Sin is passed by blood.  Blood reaches every cell of the body and every organ.  Christ is the perfect specimen, introduced into the quarantine to create a chain reaction with his blood.  With his blood he brings the cure and with his resurrection that blood is released in and by the Spirit.  Salvation has been exposed to the world and it is the job of the Church, the body of believers to deliver this blood and flesh to the world and throughout history.  The Word is God and the Word became flesh and now we the Church deliver the flesh of Christ through the Word and through communion, proclaiming his death and resurrection.  By the blood we are healed and in his death we may enter back into Eden and walk with our Father again in the cool of the day.  
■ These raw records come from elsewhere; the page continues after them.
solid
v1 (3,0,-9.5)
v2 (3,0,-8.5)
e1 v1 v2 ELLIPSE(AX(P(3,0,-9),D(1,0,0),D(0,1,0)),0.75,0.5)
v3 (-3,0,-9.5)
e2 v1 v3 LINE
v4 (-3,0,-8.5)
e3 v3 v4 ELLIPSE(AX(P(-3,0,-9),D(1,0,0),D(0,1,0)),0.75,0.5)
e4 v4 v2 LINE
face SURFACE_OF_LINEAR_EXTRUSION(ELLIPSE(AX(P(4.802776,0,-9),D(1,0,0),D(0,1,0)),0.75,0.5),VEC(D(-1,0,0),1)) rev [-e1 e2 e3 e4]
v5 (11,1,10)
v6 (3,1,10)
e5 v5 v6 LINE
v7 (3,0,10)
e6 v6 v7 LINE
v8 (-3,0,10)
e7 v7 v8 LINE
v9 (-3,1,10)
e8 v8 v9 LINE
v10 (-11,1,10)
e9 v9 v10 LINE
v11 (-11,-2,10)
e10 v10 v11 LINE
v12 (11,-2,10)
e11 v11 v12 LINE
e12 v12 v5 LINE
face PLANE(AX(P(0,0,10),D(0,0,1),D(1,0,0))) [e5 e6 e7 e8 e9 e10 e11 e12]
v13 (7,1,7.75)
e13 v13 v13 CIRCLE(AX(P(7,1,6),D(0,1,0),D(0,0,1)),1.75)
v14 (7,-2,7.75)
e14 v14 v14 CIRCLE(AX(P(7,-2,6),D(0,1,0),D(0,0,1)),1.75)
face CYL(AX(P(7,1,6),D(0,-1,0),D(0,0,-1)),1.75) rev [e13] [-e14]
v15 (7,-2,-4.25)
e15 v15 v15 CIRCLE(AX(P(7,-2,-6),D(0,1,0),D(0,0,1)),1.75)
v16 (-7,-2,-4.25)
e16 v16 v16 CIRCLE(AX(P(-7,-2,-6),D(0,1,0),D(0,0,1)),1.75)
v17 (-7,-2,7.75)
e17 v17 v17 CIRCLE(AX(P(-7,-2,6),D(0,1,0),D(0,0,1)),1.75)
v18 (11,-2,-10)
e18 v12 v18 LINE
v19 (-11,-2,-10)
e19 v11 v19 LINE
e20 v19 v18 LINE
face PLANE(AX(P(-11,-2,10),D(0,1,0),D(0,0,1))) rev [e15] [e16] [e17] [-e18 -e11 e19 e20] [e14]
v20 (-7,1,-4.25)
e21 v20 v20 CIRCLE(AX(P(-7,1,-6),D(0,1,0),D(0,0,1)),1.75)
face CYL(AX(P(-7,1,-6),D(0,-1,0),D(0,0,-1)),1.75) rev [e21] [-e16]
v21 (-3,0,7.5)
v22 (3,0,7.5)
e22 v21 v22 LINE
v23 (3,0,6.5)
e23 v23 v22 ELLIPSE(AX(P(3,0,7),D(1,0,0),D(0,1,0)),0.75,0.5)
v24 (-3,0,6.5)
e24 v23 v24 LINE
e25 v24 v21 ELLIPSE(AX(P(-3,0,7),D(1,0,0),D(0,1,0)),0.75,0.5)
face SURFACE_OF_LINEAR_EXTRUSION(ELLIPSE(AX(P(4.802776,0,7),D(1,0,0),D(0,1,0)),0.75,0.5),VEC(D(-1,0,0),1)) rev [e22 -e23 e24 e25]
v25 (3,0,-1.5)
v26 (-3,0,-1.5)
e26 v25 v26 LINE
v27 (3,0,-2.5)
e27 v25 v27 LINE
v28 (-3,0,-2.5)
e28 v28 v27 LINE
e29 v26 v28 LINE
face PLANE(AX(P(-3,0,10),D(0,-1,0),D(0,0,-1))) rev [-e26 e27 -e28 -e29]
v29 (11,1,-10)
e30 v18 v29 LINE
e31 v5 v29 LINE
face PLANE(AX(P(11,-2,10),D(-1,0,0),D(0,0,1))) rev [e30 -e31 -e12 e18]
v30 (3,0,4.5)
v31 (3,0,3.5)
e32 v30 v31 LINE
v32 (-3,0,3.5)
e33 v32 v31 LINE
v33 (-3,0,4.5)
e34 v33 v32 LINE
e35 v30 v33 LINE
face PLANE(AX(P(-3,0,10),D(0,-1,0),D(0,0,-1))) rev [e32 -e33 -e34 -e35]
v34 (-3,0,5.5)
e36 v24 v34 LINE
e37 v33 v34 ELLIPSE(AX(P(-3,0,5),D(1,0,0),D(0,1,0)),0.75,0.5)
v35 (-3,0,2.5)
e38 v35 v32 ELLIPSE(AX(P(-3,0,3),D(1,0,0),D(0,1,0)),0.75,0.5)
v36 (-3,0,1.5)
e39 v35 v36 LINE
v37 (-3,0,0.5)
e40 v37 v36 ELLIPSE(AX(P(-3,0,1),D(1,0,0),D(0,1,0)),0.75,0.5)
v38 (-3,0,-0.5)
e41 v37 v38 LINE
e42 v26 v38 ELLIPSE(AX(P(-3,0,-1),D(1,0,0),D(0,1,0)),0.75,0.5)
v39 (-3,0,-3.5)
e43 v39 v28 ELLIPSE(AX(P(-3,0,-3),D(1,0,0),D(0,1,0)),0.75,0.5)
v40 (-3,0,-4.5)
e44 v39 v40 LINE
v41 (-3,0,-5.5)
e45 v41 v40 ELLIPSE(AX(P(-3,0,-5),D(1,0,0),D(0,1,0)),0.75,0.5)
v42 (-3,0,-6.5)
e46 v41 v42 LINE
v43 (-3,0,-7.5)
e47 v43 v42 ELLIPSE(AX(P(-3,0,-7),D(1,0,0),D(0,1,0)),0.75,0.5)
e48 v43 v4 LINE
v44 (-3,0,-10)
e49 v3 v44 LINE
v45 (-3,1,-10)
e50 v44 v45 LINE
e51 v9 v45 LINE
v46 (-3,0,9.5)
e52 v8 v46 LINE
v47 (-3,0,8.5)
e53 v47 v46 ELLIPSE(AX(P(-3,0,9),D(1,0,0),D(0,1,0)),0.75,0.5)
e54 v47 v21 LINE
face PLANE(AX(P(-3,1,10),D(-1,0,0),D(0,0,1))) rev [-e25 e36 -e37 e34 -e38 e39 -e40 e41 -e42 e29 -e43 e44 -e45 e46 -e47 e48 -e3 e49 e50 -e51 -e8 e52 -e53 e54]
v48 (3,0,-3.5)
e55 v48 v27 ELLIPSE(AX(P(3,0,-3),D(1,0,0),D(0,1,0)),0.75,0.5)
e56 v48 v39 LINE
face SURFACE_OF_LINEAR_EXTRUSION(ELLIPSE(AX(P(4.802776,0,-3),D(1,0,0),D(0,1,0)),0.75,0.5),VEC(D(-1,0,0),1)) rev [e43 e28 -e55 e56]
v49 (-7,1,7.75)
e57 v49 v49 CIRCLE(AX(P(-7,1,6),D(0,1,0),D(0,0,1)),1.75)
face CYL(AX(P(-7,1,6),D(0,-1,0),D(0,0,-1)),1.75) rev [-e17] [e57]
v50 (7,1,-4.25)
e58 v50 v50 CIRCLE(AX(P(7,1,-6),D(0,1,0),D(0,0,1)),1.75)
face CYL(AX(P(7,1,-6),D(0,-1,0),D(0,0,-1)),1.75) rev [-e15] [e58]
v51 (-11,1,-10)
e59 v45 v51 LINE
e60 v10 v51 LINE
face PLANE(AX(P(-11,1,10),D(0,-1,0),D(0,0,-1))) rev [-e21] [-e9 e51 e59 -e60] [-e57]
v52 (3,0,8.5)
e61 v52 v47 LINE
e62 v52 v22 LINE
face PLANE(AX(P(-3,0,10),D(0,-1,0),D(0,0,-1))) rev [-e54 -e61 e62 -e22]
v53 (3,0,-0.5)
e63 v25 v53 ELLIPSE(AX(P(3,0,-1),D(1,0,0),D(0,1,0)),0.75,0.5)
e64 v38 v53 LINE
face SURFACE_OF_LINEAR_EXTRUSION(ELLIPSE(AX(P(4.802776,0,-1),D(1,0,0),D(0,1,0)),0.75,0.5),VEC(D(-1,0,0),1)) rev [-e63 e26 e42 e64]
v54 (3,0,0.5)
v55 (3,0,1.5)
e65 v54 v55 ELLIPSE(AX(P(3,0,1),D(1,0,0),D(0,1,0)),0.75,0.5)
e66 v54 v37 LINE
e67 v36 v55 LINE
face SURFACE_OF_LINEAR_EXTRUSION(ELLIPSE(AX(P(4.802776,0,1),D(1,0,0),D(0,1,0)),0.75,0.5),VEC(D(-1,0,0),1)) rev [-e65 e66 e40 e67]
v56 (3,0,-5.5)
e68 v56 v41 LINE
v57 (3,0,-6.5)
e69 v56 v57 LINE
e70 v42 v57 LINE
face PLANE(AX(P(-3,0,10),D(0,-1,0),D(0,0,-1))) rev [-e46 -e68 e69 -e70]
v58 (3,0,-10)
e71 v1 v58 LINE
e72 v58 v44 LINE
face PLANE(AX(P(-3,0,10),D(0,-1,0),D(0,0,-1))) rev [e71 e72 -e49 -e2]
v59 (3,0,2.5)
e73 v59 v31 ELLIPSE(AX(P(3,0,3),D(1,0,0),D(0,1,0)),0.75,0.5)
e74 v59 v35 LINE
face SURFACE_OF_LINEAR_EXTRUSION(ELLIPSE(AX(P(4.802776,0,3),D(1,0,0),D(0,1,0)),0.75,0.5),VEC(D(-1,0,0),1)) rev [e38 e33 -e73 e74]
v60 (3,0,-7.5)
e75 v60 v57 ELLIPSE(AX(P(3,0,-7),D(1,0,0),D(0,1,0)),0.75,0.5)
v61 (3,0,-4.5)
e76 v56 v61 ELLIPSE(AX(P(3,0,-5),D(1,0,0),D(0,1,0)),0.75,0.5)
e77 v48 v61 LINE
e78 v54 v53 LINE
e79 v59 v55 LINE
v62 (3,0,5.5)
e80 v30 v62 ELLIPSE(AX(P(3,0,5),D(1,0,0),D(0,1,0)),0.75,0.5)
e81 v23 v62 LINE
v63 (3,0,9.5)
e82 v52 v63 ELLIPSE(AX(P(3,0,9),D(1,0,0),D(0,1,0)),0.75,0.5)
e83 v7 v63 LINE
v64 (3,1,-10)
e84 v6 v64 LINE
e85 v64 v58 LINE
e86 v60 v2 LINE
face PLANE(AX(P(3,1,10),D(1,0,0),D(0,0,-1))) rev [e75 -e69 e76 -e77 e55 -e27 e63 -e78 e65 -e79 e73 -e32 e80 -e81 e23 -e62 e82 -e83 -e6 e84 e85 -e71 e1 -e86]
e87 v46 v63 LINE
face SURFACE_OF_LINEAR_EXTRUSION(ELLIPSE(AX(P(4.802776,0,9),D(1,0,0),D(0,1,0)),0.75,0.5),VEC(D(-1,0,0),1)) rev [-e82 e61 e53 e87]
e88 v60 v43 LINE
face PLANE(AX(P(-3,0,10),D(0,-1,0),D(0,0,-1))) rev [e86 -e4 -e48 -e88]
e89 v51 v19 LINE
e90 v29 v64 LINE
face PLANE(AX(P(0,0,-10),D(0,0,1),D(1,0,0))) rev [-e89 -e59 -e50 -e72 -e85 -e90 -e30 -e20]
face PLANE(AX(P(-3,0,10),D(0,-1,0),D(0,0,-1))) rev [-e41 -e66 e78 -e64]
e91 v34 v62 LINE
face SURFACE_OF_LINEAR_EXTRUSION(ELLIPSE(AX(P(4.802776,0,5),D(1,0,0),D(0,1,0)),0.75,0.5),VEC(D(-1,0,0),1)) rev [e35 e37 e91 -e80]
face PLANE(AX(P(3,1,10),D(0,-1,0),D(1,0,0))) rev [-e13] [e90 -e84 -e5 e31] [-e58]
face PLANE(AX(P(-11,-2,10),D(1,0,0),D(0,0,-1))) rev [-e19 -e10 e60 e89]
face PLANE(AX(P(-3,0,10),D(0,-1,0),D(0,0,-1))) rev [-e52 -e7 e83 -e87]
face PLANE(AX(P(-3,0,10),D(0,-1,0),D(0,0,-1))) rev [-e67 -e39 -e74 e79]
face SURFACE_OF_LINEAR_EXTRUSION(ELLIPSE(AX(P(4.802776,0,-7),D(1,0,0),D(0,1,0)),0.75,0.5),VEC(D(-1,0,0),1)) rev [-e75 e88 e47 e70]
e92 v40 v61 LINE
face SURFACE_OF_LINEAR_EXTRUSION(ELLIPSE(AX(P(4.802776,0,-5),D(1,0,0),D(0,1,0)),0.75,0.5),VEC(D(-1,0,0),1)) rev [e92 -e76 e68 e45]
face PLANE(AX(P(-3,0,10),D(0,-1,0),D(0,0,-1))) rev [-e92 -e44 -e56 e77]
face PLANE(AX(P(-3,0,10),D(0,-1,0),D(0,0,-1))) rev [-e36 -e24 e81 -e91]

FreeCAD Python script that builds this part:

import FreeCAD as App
import Part
import Sketcher

V = App.Vector
Q = App.Units.Quantity

doc = App.newDocument("Part")
params = doc.addObject("Spreadsheet::Sheet", "Params")
for row, (alias, value) in enumerate([
    ("sketch1_width", "8 mm"),
    ("sketch1_width2", "22 mm"),
    ("sketch1_height", "3 mm"),
    ("sketch1_height2", "1 mm"),
    ("pad1_length", "20 mm"),
    ("pad2_length", "14 mm"),
    ("linearpattern_pitch", "2 mm"),
    ("linearpattern2_pitch", "2 mm"),
    ("sketch3_diameter", "3.5 mm"),
], start=1):
    params.set(f"A{row}", alias)
    params.set(f"B{row}", "=" + value)
    params.setAlias(f"B{row}", alias)

body = doc.addObject("PartDesign::Body", "Body")

# Sketch on XY plane
sketch1 = doc.addObject("Sketcher::SketchObject", "Sketch")
body.addObject(sketch1)
sketch1.AttachmentSupport = (doc.XY_Plane, [""])
sketch1.MapMode = "FlatFace"
sketch1.addGeometry([
    Part.LineSegment(V(-3, 1, 0), V(-11, 1, 0)),  # 0
    Part.LineSegment(V(-11, 1, 0), V(-11, -2, 0)),  # 1
    Part.LineSegment(V(-11, -2, 0), V(11, -2, 0)),  # 2
    Part.LineSegment(V(11, -2, 0), V(11, 1, 0)),  # 3
    Part.LineSegment(V(11, 1, 0), V(3, 1, 0)),  # 4
    Part.LineSegment(V(3, 1, 0), V(3, 0, 0)),  # 5
    Part.LineSegment(V(3, 0, 0), V(-3, 0, 0)),  # 6
    Part.LineSegment(V(-3, 0, 0), V(-3, 1, 0)),  # 7
], False)
sketch1.addConstraint([
    Sketcher.Constraint("Coincident", 0, 2, 1, 1),
    Sketcher.Constraint("Coincident", 1, 2, 2, 1),
    Sketcher.Constraint("Coincident", 2, 2, 3, 1),
    Sketcher.Constraint("Coincident", 3, 2, 4, 1),
    Sketcher.Constraint("Coincident", 4, 2, 5, 1),
    Sketcher.Constraint("Coincident", 5, 2, 6, 1),
    Sketcher.Constraint("Coincident", 6, 2, 7, 1),
    Sketcher.Constraint("Coincident", 7, 2, 0, 1),
    Sketcher.Constraint("Horizontal", 0),
    Sketcher.Constraint("Vertical", 1),
    Sketcher.Constraint("Horizontal", 2),
    Sketcher.Constraint("Vertical", 3),
    Sketcher.Constraint("Horizontal", 4),
    Sketcher.Constraint("Vertical", 5),
    Sketcher.Constraint("Horizontal", 6),
    Sketcher.Constraint("Vertical", 7),
    Sketcher.Constraint("Symmetric", 5, 2, 6, 2, -1, 1),
    Sketcher.Constraint("Symmetric", 0, 2, 3, 2, -2),
    Sketcher.Constraint("DistanceX", 0, 2, 0, 1, Q("8 mm")),
    Sketcher.Constraint("DistanceX", 2, 1, 2, 2, Q("22 mm")),
    Sketcher.Constraint("DistanceY", 1, 2, 1, 1, Q("3 mm")),
    Sketcher.Constraint("DistanceY", 5, 2, 5, 1, Q("1 mm")),
])
sketch1.setExpression("Constraints[18]", "Params.sketch1_width")
sketch1.setExpression("Constraints[19]", "Params.sketch1_width2")
sketch1.setExpression("Constraints[20]", "Params.sketch1_height")
sketch1.setExpression("Constraints[21]", "Params.sketch1_height2")
pad1 = doc.addObject("PartDesign::Pad", "Pad")
body.addObject(pad1)
pad1.Profile = sketch1
pad1.setExpression("Length", "Params.pad1_length")
pad1.Midplane = True

# Sketch on YZ plane
sketch2 = doc.addObject("Sketcher::SketchObject", "Sketch001")
body.addObject(sketch2)
sketch2.AttachmentSupport = (doc.YZ_Plane, [""])
sketch2.MapMode = "FlatFace"
sketch2.AttachmentOffset = App.Placement(V(0, 0, -11), App.Rotation())
sketch2.addGeometry(Part.Ellipse(V(0.75, 1, 0), V(0, 1.5, 0), V(0, 1, 0)), False)
sketch2.addConstraint(Sketcher.Constraint("Block", 0))
pad2 = doc.addObject("PartDesign::Pad", "Pad001")
body.addObject(pad2)
pad2.Profile = sketch2
pad2.setExpression("Length", "Params.pad2_length")
doc.recompute()

linearpattern = doc.addObject("PartDesign::LinearPattern", "LinearPattern")
body.addObject(linearpattern)
linearpattern.Originals = [pad2]
linearpattern.Direction = (doc.Z_Axis, [""])
linearpattern.Mode = "offset"
linearpattern.setExpression("Offset", "Params.linearpattern_pitch")
linearpattern.Occurrences = 5
body.Tip = linearpattern
doc.recompute()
There is no denying that some have a greater burden to bare.  Some nations, some tribes, some families, some individuals suffer beyond human comprehension.  This is the reality of living in quarantine.  For some this makes the possibility of a Loving God impossible.  The world is too atrocious and it assaults their inherent sense of fairness. "Injustice would not prevail if there were a just God."  Where does this sense of fairness and justice come from?  How do we know that things aren’t right?  It is the very revelation of a loving God that proclaims this injustice to us.  It is because we have a God that we even know that things aren’t right.  Believer or not, we are right to yearn for something better, to hope in something good.  We were made for something more and inherently we all know it.  Our failures begin when we search in the wrong place for our hope, much like Adam and Eve.   C.S. Lewis says it like this “If I find in myself a desire which no experience in this world can satisfy, the most probable explanation is that I was made for another world.”  If there were no God our present situation wouldn’t be better, it would be hopeless and we would be in despair.  Our quarantine would become a wasteland, with no hope for life.   

There is something to hope for; it is the renewal of this world by the blood of Christ.  For our Eternal God this redemption is one motion, one big bang in which we were conceived in love to be in eternal community with our Father.  Until we can see it and are beyond the chains of time, we must endeavor to Love our God by Faith, accept the work of Christ through no effort of our own, and because of our acceptance realize that we must Love all the people of this world and make every effort to make things better and to spread the Good News.  Just as Christ prepares a place for us, so must we prepare for his return.  Though we are sick, there is work to do.  And though we are infected, Jesus is planning to accept us out of this reverse quarantine and (back) into paradise.